Buying equity and backing a game you love are different things; conflating them is little more than an attempt to remove protections from small investors

The launch this week of Fig, a new crowdfunding platform aimed specifically at videogames, is the latest attempt to bring to life an idea that has sparked around the industry since before Kickstarter was a glimmer in its creators' eyes; direct investment in game development by game consumers. This would take the crowdfunding model to what some see as its logical conclusion - in which people backing a project receive equity in that project in return, and should the project be a success, they'll share in the profits.

Fig isn't quite there yet; this model is the creators' stated goal, but for now, only professional investors can actually get equity in the projects on the site. Everyone else can put money into the projects, but they'll only be "ordinary" crowdfunders for the time being - able to receive Kickstarter style rewards, but not in line to receive equity or any share of a project's profits. It will be interesting to see how this impacts on consumers' willingness to back projects; it's one thing to pitch in with a lot of other consumers to get something amazing funded on Kickstarter, but psychologically quite a different thing to do so while being constantly aware that "professional investors" are also going to be making money from any success down the line, while you'll get a game and a few bits of tat, at best.

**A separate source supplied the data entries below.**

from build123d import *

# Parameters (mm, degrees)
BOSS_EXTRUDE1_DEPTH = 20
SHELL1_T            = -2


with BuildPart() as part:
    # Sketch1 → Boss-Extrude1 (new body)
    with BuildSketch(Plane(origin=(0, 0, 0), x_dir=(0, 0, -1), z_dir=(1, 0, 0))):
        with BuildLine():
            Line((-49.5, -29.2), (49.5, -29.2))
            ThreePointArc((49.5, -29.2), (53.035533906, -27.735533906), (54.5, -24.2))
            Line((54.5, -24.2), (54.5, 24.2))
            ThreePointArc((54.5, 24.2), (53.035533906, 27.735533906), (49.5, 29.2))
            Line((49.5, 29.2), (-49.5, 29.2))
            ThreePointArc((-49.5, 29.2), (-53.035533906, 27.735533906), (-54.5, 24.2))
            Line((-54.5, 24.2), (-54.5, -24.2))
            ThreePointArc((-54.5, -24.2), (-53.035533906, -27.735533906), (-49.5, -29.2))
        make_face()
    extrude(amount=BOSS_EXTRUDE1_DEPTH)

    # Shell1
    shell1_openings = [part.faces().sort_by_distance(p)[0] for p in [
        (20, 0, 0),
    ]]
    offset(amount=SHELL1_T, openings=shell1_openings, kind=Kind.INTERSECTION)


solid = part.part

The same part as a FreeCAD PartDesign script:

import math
import FreeCAD as App
import Part
import Sketcher


def faces_at(feature, points):
    """Names of the faces that lie closest to the given points."""
    faces = feature.Shape.Faces
    near = lambda p: min(range(len(faces)), key=lambda i: faces[i].distToShape(Part.Vertex(*p))[0])
    return sorted({f"Face{near(p) + 1}" for p in points})

doc = App.newDocument("Part")
body = doc.addObject("PartDesign::Body", "Body")

# Sketch on YZ plane
sketch1 = body.newObject("Sketcher::SketchObject", "Sketch")
sketch1.AttachmentSupport = (doc.getObject("YZ_Plane"), [""])
sketch1.MapMode = "FlatFace"
sketch1.addGeometry([
    Part.LineSegment(App.Vector(-29, 50, 0), App.Vector(-29, -50, 0)),  # 0
    Part.ArcOfCircle(Part.Circle(App.Vector(-24, -50, 0), App.Vector(0, 0, 1), 5), math.radians(180), math.radians(270)),  # 1
    Part.LineSegment(App.Vector(-24, -54, 0), App.Vector(24, -54, 0)),  # 2
    Part.ArcOfCircle(Part.Circle(App.Vector(24, -50, 0), App.Vector(0, 0, 1), 5), math.radians(-90), math.radians(0)),  # 3
    Part.LineSegment(App.Vector(29, -50, 0), App.Vector(29, 50, 0)),  # 4
    Part.ArcOfCircle(Part.Circle(App.Vector(24, 50, 0), App.Vector(0, 0, 1), 5), math.radians(0), math.radians(90)),  # 5
    Part.LineSegment(App.Vector(24, 54, 0), App.Vector(-24, 54, 0)),  # 6
    Part.ArcOfCircle(Part.Circle(App.Vector(-24, 50, 0), App.Vector(0, 0, 1), 5), math.radians(90), math.radians(180)),  # 7
], False)
sketch1.addConstraint([
    Sketcher.Constraint("Tangent", 0, 2, 1, 1),
    Sketcher.Constraint("Tangent", 1, 2, 2, 1),
    Sketcher.Constraint("Tangent", 2, 2, 3, 1),
    Sketcher.Constraint("Tangent", 3, 2, 4, 1),
    Sketcher.Constraint("Tangent", 4, 2, 5, 1),
    Sketcher.Constraint("Tangent", 5, 2, 6, 1),
    Sketcher.Constraint("Tangent", 6, 2, 7, 1),
    Sketcher.Constraint("Tangent", 7, 2, 0, 1),
    Sketcher.Constraint("Vertical", 0),
    Sketcher.Constraint("Horizontal", 2),
    Sketcher.Constraint("Vertical", 4),
    Sketcher.Constraint("Horizontal", 6),
    Sketcher.Constraint("Equal", 1, 3),
    Sketcher.Constraint("Equal", 3, 5),
    Sketcher.Constraint("Equal", 5, 7),
    Sketcher.Constraint("Symmetric", 1, 3, 5, 3, -1, 1),
    Sketcher.Constraint("Radius", 1, 5.0),
    Sketcher.Constraint("DistanceY", 0, 2, 0, 1, 99.0),
    Sketcher.Constraint("DistanceX", 2, 1, 2, 2, 48.4),
])
pad1 = body.newObject("PartDesign::Pad", "Pad")
pad1.Profile = sketch1
pad1.Length = 20
doc.recompute()

thickness = body.newObject("PartDesign::Thickness", "Thickness")
thickness.Base = (pad1, faces_at(pad1, [(20, 0, 0)]))
thickness.Value = 2
thickness.Reversed = True
thickness.Join = "Intersection"

doc.recompute()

That sense of unfairness - that professional investors can make money from their backing, while consumers just get a product and a pat on the head - is what propels support for this kind of equity crowdfunding. It may even propel that support all the way through to the structural and legislative changes required to actually permit that sort of model; at present, Fig and its ilk can only aim at such a model because the regulations and restrictions around investment are fairly significant, and certainly far too weighty to permit equity in projects and companies to be sold based on a crowdfunding project video. That regulatory burden infuriates the extremely pro-market types who hanker for this kind of funding model; to them, it's precisely the sort of heavy-handed regulation that stifles innovation and slows down progress.

"People putting money behind equity crowdfunding projects ought to be extremely well-informed about the project, about the market and about the risks and returns involved - just as you'd expect to be about any investment"

That's a stance that's hard to argue with - not because there aren't strong and important points to be made against it (starting with its economic illiteracy, as it is based on a view of market economics which is heavily oversimplified), but because it's a strong ideology that attracts particularly strident supporters. Yet as services like Fig launch and the merits of equity crowdfunding find themselves being debated in ways that slowly inch this model towards reality, those arguments against the model demand to be aired and confronted.

Let's start from the basic question of what, exactly, crowdfunding is supposed to accomplish. From the developer's perspective, it's designed to allow you to access funding from a large audience of people who each chip in a small amount of money in order to get your game made - as distinct from the current model, where you try to fund your game with a single large tranche of money from a single investor, be that a venture capitalist or a publisher. In a purely mechanical sense, you don't really care what the motivation of the people handing over their money may be.

From the consumer side, motivation is everything. Up until now, the sole consumer motivation in crowdfunding has been love for the product being proposed and trust in the creator's ability to make something great. In the worst case scenario, a consumer who backs a crowdfunding venture sees it as a pre-order for an as-yet non-existent product; even at that, their backing indicates a love of the game or product, while in the best-case scenario, the consumer understands the risk involved in their backing but chooses to donate money on the basis that they love the work or its creator and want to support it as best they can. Either way, the motivation is entirely based upon the consumer's personal tastes; "I love this kind of thing, so I'm willing to put some money towards its creation".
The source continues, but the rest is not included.